BS in Chemistry/ Biology/ Biochemistry or a related scientific discipline with 4+ years of experience in a GMP-regulated chemistry laboratory; large molecule/biologics experience preferred.
Strong knowledge of GMP regulations and current USP/Ph. Eur., FDA, and ISO standards and guidance.
Demonstrated ability to work independently while building productive relationships with internal teams and external partners, with excellent written and verbal communication skills.
Proven track record of right-first-time execution, accuracy, and proactive problem solving, with strong collaboration and project management capabilities
Proficiency with MasterControl and LabWare LIMS is required.
Ability to meet laboratory physical requirements, including specialized gowning, lifting and manipulating items greater than 25 lbs, climbing ladders, and standing for extended periods.

Responsibilities

Implementation and execution of routine and ad hoc analytical testing for raw materials, drug substance, and drug product using chromatography and electrophoretic methods.
Executes and supports chromatography-based assays including SEC, Reverse Phase HPLC (titer), icIEF, and glycan/sialic acid analyses for large molecule programs.
Supports the qualification, transfer, and implementation of USP/EP and product-specific analytical methods, particularly chromatography-based assays, as part of new product introduction and technology transfer.
Performs stability testing of drug substance and drug product across all required timepoints and storage conditions.

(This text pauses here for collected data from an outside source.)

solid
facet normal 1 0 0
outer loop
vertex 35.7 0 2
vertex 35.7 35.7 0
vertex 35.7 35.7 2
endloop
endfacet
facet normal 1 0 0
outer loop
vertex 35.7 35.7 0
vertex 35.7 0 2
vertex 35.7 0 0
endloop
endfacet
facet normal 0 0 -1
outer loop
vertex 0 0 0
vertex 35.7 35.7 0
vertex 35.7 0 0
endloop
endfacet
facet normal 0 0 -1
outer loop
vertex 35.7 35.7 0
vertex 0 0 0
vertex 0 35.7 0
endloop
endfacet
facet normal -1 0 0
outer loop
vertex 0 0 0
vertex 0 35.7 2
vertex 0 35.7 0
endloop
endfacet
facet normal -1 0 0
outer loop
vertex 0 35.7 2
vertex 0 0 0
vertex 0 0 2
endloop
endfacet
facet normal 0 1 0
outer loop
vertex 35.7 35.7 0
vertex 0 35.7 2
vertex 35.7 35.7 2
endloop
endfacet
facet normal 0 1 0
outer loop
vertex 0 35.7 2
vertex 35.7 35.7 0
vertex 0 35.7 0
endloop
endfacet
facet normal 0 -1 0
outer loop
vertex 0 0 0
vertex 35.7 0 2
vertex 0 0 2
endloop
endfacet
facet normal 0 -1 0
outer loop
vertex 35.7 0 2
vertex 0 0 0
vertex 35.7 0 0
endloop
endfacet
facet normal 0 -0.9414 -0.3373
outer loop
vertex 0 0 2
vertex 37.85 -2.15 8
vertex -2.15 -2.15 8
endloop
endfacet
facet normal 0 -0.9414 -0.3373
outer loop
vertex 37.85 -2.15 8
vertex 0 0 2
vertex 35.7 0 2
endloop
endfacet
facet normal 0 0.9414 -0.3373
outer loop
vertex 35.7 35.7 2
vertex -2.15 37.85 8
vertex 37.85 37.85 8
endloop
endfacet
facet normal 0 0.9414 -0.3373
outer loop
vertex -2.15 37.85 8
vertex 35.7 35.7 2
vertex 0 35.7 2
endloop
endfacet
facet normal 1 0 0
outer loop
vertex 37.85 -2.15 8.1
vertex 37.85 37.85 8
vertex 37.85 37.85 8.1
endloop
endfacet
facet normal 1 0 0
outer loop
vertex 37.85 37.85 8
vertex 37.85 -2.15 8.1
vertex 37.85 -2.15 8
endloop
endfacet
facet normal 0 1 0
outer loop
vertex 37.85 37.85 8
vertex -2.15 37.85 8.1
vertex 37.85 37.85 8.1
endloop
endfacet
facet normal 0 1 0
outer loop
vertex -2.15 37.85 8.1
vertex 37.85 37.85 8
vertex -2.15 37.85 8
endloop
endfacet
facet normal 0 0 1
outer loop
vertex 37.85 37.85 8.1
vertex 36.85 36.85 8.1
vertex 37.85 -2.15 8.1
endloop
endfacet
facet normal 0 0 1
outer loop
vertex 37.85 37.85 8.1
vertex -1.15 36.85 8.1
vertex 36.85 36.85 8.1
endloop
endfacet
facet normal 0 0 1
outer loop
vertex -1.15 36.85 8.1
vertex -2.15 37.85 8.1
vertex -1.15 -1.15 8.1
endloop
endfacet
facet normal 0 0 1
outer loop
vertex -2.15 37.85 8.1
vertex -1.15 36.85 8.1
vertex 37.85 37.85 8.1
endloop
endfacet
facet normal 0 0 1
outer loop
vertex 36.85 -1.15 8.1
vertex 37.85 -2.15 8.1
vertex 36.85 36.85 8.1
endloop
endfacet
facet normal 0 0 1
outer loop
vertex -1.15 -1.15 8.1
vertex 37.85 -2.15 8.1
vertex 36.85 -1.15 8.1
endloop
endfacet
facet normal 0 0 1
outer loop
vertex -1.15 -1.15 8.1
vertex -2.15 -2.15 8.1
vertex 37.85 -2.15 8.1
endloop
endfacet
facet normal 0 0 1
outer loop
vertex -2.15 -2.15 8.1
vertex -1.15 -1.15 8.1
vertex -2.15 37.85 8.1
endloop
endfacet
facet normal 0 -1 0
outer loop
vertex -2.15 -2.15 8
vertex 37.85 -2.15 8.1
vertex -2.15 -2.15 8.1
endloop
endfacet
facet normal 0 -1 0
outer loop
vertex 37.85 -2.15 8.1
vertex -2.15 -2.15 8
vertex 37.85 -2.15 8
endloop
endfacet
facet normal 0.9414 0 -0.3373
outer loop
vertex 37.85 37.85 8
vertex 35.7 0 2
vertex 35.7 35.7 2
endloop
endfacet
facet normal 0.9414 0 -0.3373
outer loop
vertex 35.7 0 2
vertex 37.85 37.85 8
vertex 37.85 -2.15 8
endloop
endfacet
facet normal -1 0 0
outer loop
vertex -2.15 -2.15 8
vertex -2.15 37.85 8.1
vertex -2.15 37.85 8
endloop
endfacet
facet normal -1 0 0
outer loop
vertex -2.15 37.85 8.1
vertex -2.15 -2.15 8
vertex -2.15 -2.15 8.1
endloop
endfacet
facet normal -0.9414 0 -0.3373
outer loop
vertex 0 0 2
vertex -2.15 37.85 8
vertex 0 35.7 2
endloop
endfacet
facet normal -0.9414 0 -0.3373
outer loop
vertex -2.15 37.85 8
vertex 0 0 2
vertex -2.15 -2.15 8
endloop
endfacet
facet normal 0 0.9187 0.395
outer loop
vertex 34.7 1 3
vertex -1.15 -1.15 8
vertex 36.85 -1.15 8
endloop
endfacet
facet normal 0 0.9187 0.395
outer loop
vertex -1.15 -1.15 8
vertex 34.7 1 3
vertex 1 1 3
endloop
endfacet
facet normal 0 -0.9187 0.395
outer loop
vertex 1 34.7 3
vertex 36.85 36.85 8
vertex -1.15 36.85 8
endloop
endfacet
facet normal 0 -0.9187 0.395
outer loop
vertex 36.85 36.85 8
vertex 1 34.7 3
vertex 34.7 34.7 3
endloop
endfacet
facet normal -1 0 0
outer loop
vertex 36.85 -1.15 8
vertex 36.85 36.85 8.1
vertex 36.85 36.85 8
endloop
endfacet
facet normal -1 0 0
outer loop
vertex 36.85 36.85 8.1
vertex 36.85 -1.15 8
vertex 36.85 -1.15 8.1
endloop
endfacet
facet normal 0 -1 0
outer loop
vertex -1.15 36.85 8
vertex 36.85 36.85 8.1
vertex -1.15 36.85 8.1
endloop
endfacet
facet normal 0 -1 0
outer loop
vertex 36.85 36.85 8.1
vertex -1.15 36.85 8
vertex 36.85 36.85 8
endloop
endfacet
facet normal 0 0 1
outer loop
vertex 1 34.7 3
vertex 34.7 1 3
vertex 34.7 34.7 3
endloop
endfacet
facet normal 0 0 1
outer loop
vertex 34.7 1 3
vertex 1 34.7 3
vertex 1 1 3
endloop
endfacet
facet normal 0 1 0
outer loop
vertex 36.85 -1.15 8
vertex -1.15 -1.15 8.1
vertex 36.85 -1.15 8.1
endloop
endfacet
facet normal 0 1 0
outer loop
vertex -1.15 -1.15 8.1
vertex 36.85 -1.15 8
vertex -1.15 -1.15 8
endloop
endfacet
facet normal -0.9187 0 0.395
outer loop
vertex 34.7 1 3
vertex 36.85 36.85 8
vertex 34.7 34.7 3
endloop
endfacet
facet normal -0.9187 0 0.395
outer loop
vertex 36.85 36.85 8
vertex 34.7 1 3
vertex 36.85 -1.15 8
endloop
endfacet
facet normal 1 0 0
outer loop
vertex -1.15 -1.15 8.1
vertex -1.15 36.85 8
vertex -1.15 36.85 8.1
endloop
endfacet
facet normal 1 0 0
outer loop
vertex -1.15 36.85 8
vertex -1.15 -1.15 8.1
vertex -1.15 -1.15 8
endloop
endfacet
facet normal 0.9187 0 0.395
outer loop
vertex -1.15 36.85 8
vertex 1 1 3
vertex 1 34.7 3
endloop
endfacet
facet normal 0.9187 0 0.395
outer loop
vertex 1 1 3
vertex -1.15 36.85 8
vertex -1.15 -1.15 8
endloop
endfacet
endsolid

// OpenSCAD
// Parameters
bottom_thickness = 2;
wall_thickness = 1;
height = 8;
top_size = 40;
bottom_size = 35.7;

// Derived parameter
wall_height = height - bottom_thickness;

// Outer shell with absolute coordinates (origin at bottom corner)
module trapezoid_shell(top_len, bottom_len, wall_height) {
    hull() {
        // Bottom square at z = bottom_thickness (starting just above bottom plate)
        translate([0, 0, bottom_thickness])
            linear_extrude(0.1)
                square([bottom_len, bottom_len]);
        // Top square at z = height, properly aligned over bottom
        translate([(bottom_len - top_len)/2, (bottom_len - top_len)/2, height])
            linear_extrude(0.1)
                square([top_len, top_len]);
    }
}

// Inner void to subtract (create hollow)
module inner_void(inner_top, inner_bottom) {
    hull() {
        translate([wall_thickness, wall_thickness, bottom_thickness + wall_thickness])
            linear_extrude(0.1)
                square([inner_bottom, inner_bottom]);
        translate([(inner_bottom - inner_top)/2 + wall_thickness, (inner_bottom - inner_top)/2 + wall_thickness, height])
            linear_extrude(0.1)
                square([inner_top, inner_top]);
    }
}

// Final shape
difference() {
    union() {
        // Bottom plate at z = 0 (no centering, absolute coordinate)
        cube([bottom_size, bottom_size, bottom_thickness]);
        // Outer angled wall shell starting directly above bottom plate (no gap)
        trapezoid_shell(top_size, bottom_size, wall_height);
    }

    // Inner hollow (subtracted)
    inner_top = top_size - 2 * wall_thickness;
    inner_bottom = bottom_size - 2 * wall_thickness;
    inner_void(inner_top, inner_bottom);
}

Generates, analyzes, interprets, and reports analytical data, ensuring accuracy, data integrity, and appropriate follow-up actions.
Initiates and supports QC-Chemistry investigations and quality events including deviations, CAPA, change controls, and LIR/OOS as a subject matter expert in QC Chemistry.
Works within LabWare LIMS for method execution, data review, trending, and report issuance.
Reviews analytical documentation to support product disposition, including preparation of COA/COC and batch summary reports.
Collaborates cross-functionally with Analytical Development, Manufacturing, and Quality teams during method transfer and assay troubleshooting.
Works with accuracy, urgency, and a continuous improvement mindset and provides flexible support including on-call or outside normal business hours when required.